The epitope recognized by the binding site of an antibody, in the case of being the antigen a protein, can be formed by a linear sequence of amino acids, or be conformational, it being understood that the amino acids recognized by the binding site of the antibody they are close in the tertiary structure of the protein, but not They are necessarily sequential in their primary structure. In the case of proteins, the epitope is by nature a discrete zone, defined by a particular group of amino acids that interact with those of the antibody through non-covalent bonds.

• Specific:

 It refers to the situation in which an antibody or fragment thereof does not exhibit significant binding to molecules other than its specific binding partner.
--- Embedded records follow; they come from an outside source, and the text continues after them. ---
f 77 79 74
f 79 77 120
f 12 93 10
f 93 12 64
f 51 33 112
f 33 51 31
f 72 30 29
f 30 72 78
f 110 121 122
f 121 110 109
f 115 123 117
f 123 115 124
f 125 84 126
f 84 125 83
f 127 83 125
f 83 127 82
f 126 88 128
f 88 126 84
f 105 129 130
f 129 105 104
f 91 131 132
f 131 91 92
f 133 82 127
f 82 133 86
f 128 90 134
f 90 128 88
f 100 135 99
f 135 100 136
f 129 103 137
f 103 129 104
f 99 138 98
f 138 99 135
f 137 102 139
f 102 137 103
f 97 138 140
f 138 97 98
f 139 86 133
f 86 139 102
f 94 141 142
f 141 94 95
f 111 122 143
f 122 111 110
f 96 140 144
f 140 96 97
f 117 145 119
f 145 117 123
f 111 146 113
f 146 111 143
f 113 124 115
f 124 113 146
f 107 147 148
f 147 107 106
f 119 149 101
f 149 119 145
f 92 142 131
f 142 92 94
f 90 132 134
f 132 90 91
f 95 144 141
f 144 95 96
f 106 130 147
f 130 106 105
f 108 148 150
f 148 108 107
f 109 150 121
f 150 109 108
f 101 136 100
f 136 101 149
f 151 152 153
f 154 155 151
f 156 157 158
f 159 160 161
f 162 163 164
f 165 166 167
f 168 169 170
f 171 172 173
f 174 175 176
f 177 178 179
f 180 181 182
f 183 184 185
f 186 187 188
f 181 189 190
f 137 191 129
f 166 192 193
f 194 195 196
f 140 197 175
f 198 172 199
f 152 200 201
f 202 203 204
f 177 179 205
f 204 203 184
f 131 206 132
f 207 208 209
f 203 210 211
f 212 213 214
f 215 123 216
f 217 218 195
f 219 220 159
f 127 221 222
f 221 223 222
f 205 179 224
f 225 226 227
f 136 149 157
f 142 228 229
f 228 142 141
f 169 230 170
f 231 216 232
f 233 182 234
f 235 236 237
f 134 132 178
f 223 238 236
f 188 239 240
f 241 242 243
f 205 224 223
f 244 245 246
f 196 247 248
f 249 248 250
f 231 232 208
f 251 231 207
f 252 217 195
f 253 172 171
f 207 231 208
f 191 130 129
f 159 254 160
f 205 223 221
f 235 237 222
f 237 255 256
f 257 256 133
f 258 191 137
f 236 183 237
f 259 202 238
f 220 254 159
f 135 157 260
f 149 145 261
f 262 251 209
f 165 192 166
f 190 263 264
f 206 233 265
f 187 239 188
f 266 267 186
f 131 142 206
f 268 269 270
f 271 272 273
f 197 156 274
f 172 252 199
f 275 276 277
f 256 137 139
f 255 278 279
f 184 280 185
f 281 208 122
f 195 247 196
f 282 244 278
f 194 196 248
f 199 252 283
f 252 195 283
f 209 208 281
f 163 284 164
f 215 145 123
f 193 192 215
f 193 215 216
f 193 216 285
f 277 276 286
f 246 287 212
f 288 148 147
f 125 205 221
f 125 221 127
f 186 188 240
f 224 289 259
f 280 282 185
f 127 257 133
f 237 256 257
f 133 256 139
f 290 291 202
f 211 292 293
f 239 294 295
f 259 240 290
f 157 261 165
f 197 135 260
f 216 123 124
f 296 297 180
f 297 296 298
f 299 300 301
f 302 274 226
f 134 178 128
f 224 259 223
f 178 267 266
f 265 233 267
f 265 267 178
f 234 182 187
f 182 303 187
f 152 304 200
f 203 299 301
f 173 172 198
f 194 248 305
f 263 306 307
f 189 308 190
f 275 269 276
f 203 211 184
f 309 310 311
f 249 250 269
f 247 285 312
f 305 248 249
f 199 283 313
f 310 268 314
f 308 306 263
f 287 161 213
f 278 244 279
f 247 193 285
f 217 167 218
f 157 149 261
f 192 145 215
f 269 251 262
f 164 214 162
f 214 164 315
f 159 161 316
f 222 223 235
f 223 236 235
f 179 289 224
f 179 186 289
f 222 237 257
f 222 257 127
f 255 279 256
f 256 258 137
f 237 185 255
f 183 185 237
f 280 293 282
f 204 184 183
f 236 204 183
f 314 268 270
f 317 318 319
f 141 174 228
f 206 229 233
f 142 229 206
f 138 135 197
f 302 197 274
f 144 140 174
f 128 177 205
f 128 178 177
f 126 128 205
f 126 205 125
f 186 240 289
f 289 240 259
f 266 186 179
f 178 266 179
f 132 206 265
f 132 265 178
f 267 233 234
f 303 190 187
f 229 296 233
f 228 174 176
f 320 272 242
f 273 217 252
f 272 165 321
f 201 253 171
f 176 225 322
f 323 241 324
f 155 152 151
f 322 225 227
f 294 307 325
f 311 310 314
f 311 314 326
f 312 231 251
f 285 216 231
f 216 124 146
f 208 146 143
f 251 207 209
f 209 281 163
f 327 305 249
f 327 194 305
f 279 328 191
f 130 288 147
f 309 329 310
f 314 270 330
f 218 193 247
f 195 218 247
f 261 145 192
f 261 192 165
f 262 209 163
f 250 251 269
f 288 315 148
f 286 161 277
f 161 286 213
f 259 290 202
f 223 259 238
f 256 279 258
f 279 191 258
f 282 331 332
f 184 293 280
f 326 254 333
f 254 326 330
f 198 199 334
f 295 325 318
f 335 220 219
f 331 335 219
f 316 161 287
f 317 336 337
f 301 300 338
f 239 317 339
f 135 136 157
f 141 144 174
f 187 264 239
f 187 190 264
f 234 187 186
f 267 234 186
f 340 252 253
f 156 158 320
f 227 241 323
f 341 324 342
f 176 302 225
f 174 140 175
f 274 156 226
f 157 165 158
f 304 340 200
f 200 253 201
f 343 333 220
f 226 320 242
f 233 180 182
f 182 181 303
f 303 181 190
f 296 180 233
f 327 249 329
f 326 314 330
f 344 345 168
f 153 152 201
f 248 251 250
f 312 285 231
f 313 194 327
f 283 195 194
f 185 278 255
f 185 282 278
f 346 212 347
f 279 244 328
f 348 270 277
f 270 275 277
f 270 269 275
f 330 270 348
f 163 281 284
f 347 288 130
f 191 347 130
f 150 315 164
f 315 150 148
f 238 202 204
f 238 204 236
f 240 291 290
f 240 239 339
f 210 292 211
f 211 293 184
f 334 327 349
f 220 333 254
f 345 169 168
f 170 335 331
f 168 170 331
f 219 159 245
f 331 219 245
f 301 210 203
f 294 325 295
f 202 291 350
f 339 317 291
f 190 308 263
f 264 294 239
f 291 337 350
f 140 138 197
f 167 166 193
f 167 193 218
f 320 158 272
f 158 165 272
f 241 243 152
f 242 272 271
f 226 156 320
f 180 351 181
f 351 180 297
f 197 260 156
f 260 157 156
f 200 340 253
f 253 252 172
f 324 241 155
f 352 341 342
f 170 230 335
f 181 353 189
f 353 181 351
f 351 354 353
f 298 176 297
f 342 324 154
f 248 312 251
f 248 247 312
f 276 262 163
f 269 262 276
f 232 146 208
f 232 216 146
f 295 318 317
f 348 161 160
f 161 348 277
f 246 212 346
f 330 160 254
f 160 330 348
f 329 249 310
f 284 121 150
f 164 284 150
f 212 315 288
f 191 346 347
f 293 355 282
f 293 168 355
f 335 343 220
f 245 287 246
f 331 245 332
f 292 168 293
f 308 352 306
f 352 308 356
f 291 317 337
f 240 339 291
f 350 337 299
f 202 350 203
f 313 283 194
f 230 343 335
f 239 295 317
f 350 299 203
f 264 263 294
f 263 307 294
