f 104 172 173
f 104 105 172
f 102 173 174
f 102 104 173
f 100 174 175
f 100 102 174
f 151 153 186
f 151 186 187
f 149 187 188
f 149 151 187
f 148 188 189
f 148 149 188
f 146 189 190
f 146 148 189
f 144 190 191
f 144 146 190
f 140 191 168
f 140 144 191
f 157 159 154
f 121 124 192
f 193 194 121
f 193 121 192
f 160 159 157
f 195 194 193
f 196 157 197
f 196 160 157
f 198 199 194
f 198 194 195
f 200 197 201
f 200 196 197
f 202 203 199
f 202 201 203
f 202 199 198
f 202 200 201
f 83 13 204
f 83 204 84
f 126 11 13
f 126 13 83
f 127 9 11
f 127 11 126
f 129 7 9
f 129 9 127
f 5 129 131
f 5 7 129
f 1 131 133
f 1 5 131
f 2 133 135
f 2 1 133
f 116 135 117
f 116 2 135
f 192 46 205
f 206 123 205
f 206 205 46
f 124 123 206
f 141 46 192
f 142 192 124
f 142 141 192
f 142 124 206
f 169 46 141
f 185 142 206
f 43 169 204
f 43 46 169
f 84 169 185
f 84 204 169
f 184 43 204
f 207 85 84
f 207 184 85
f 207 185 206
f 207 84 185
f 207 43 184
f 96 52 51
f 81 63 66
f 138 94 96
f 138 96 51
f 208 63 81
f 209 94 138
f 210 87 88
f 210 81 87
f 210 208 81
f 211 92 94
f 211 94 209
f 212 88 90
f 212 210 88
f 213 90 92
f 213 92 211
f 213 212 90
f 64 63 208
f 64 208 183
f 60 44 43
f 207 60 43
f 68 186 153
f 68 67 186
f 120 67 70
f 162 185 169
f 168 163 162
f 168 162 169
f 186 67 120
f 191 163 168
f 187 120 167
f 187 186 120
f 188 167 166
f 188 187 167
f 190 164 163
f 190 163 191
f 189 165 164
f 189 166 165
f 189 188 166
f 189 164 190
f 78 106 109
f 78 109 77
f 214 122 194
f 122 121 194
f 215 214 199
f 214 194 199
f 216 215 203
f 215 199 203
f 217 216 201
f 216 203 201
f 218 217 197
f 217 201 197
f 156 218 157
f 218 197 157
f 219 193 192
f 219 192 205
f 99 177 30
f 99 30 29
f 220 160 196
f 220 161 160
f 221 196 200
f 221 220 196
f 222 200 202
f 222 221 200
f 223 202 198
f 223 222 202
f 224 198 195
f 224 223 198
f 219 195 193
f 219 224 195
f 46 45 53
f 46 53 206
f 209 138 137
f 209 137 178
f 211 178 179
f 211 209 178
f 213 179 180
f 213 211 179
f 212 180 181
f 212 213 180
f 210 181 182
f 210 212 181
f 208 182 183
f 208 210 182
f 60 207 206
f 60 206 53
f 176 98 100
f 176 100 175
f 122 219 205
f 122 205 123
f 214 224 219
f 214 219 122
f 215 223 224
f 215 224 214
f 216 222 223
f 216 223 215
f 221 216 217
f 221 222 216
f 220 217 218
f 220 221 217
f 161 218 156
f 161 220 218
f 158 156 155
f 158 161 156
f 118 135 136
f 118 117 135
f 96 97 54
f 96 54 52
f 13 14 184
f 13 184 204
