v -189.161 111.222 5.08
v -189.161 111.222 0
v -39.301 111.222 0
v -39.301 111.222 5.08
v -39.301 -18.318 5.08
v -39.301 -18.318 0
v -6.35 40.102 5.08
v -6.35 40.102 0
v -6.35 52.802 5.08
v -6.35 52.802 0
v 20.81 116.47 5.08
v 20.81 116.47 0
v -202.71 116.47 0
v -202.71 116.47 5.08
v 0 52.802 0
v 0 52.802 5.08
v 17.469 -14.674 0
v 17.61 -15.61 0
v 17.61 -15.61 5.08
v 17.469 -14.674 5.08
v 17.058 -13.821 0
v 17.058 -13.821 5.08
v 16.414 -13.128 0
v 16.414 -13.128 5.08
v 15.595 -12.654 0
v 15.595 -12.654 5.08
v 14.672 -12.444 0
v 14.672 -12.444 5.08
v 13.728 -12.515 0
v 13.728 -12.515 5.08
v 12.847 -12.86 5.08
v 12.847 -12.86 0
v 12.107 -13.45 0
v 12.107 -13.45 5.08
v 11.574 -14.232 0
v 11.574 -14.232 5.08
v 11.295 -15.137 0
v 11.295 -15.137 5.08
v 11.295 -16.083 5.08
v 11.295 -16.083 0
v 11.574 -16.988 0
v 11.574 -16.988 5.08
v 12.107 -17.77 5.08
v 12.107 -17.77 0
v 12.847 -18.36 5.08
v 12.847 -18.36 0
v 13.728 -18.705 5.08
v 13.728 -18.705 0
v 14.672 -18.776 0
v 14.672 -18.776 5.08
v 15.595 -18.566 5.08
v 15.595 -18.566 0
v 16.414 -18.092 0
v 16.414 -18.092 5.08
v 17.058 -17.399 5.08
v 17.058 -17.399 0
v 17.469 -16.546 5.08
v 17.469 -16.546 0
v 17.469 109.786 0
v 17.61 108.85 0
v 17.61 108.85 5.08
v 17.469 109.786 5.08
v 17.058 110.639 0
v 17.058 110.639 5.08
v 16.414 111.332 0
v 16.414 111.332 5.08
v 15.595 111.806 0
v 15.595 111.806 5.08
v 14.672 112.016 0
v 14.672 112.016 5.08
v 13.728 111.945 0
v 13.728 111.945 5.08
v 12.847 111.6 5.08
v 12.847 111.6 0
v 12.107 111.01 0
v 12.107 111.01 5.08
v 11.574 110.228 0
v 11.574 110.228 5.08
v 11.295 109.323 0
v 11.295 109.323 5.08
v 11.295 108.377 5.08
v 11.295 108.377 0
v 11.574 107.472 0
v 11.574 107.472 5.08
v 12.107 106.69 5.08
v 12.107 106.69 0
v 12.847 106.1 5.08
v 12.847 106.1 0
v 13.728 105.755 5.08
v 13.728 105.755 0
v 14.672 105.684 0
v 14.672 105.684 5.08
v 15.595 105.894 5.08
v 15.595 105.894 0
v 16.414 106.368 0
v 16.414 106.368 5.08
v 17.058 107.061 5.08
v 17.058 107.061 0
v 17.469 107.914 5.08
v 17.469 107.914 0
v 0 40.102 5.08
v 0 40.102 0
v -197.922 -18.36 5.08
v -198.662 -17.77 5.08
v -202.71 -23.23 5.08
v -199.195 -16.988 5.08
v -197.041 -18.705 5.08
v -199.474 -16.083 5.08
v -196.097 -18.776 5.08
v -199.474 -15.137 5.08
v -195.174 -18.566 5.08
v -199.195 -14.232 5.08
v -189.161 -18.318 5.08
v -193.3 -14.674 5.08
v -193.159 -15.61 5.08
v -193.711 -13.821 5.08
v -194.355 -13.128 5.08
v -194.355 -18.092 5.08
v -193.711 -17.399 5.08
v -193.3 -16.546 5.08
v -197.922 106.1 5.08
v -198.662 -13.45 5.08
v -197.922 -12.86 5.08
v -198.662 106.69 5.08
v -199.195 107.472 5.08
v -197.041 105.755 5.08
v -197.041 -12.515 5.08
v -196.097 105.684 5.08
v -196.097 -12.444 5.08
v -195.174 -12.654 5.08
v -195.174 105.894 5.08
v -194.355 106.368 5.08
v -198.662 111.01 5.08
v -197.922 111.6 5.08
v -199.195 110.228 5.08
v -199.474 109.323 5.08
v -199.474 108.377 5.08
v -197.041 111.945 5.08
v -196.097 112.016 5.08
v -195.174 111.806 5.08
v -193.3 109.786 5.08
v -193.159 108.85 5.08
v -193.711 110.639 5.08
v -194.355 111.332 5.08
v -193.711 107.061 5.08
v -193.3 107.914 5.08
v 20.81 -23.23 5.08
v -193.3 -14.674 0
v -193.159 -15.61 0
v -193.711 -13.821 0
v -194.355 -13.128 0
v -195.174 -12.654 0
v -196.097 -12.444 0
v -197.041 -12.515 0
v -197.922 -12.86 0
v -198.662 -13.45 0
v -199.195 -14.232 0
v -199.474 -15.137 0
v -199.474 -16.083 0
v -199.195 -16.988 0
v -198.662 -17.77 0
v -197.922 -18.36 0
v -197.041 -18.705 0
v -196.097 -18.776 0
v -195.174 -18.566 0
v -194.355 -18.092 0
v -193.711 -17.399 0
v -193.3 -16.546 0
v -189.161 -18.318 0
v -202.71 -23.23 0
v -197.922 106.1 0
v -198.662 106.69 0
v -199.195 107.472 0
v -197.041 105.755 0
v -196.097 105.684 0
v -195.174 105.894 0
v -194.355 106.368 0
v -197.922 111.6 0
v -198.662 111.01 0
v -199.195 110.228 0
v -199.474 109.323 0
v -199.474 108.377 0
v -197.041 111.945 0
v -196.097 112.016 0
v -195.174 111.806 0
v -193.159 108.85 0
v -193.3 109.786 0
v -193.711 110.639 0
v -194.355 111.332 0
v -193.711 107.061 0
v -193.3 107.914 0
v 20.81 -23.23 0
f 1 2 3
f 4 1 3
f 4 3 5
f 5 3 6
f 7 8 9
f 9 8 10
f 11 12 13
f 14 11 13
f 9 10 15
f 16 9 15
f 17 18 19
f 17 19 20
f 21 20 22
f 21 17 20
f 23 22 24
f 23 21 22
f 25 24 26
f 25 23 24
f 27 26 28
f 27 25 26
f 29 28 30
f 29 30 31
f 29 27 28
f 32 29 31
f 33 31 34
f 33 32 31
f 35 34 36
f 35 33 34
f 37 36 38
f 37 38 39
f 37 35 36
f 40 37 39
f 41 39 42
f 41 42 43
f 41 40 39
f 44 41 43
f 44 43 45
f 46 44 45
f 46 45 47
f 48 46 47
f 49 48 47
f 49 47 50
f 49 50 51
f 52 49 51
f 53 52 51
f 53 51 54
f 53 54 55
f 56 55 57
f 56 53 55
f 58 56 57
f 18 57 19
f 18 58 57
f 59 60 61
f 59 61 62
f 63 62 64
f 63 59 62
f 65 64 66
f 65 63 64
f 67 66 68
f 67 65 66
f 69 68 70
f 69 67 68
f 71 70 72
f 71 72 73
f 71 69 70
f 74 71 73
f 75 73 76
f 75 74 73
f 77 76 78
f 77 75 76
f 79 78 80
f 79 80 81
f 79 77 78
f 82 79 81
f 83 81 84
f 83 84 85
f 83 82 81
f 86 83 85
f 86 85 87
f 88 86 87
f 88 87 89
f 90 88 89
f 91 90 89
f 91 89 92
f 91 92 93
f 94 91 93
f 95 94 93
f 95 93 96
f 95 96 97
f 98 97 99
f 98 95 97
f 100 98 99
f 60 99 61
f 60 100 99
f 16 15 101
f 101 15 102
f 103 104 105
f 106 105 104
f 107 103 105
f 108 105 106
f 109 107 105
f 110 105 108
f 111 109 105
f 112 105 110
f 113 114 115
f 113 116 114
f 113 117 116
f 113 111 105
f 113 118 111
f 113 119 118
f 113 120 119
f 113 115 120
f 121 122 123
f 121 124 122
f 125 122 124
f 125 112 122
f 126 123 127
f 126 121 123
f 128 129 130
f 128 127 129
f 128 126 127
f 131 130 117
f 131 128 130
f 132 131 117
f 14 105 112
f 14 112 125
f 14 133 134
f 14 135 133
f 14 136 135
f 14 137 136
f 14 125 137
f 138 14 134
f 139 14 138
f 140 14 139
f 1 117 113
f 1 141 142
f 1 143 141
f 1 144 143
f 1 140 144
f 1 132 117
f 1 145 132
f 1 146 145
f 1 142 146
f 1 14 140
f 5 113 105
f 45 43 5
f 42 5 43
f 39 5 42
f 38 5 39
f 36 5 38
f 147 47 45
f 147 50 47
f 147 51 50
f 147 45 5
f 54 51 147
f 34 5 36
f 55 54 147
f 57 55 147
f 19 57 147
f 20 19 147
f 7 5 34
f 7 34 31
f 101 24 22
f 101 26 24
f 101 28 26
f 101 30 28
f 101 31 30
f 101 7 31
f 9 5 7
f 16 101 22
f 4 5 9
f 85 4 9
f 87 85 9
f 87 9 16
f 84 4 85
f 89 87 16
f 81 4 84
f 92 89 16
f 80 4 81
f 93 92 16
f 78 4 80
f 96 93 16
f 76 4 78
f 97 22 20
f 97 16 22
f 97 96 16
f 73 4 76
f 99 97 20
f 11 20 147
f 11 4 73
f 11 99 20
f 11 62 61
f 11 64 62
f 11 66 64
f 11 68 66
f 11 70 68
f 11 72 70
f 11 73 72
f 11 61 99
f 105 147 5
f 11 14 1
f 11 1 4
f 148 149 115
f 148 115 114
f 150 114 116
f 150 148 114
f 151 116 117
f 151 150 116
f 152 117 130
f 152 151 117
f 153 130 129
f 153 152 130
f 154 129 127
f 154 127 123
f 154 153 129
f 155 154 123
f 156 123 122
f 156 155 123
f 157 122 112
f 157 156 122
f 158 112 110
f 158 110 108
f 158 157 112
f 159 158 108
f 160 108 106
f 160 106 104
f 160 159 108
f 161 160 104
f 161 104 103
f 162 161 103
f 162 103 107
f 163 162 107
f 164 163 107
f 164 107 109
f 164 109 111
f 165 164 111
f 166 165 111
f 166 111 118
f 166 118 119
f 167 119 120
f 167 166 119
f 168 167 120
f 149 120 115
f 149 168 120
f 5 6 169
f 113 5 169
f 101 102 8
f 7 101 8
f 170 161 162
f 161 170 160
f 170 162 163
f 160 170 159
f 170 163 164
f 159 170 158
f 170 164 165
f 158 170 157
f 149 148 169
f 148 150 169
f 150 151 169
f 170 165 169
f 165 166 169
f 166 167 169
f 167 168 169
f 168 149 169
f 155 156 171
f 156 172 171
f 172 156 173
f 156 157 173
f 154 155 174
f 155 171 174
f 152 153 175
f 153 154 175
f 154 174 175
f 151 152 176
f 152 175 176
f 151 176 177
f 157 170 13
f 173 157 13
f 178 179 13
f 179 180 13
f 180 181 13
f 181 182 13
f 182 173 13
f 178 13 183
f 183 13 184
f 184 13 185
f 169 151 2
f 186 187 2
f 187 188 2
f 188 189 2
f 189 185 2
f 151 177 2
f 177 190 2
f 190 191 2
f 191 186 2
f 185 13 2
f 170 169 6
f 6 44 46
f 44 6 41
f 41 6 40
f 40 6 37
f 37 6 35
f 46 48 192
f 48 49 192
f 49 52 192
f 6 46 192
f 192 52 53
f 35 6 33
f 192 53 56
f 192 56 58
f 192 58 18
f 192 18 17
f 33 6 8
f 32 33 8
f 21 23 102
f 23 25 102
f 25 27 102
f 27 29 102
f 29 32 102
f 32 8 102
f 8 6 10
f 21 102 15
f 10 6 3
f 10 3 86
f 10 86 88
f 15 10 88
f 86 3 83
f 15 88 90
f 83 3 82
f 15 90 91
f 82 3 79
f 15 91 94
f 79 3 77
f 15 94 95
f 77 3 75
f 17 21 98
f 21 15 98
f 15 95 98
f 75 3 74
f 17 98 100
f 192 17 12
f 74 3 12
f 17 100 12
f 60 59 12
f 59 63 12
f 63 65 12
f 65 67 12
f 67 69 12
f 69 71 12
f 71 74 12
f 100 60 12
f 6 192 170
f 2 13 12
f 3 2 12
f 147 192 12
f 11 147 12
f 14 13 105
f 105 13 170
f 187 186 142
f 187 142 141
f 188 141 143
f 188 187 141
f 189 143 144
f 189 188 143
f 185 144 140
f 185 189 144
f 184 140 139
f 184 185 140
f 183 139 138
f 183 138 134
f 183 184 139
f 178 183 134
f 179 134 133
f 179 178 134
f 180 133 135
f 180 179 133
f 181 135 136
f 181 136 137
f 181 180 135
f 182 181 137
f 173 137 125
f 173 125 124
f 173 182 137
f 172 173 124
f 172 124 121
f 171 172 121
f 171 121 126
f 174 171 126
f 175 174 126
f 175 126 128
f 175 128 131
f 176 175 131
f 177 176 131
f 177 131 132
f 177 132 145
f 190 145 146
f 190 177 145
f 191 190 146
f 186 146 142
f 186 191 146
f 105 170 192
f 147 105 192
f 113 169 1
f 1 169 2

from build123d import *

# Parameters (mm, degrees)
F0_R     = 3.175
F1_DEPTH = 5.08


# Not quite as in the source:
# - a feature names something its author has since deleted; it is built from what else it names


with BuildPart() as f1:
    # F0 (on Top) → F1 (new body)
    with BuildSketch(Plane.XY):
        Polygon((-196.7800016522, 116.4700038791), (-196.7814051471, 116.4700038791), (-202.7097940445, 116.4700038791), (-202.7097940445, 108.8500038791), (-202.7097940445, 101.2300038791), (-202.7097940445, -23.2299961209), (-196.7800016522, -23.2299961209), (20.8102059555, -23.2299961209), (20.8102059555, 116.4700038791), (15.3085948529, 116.4700038791), (-35.4914051471, 116.4700038791), (-39.3014051471, 116.4700038791), (-90.9497940445, 116.4700038791), (-187.4697940445, 116.4700038791), (-189.1614051471, 116.4700038791), (-195.0897940445, 116.4700038791), align=None)
        with Locations((-196.3344303894, -15.6099961209)):
            Circle(F0_R, mode=Mode.SUBTRACT)
        Polygon((-189.1614051471, -18.3182691255), (-189.1614051471, 111.2217308745), (-189.1583133745, 111.2217308745), (-39.3014051471, 111.2217308745), (-39.3014051471, -18.3182691255), align=None, mode=Mode.SUBTRACT)
        with Locations((14.4348423004, -15.6099961209)):
            Circle(F0_R, mode=Mode.SUBTRACT)
        Polygon((0, 52.8017308745), (0, 46.4517308745), (0, 40.1017308745), (-6.35, 40.1017308745), (-6.35, 46.4517308745), (-6.35, 52.8017308745), align=None, mode=Mode.SUBTRACT)
        with Locations((-196.3344303894, 108.8500038791)):
            Circle(F0_R, mode=Mode.SUBTRACT)
        with Locations((14.4348423004, 108.8500038791)):
            Circle(F0_R, mode=Mode.SUBTRACT)
    extrude(amount=F1_DEPTH)


solid = f1.part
This term is also applicable to the case where an antigen binding site is specific for a particular epitope that appears in a number of related or unrelated antigens, in which case the binding site will be able to bind to several antigens that carry said epitope. .

 • Sequence spacer:

 It refers to the polypeptide sequence formed by Serine and Glycine residues, which is included between antibody fragments and the trimerization domain to confer felxibility to the fusion molecule (SEQID8).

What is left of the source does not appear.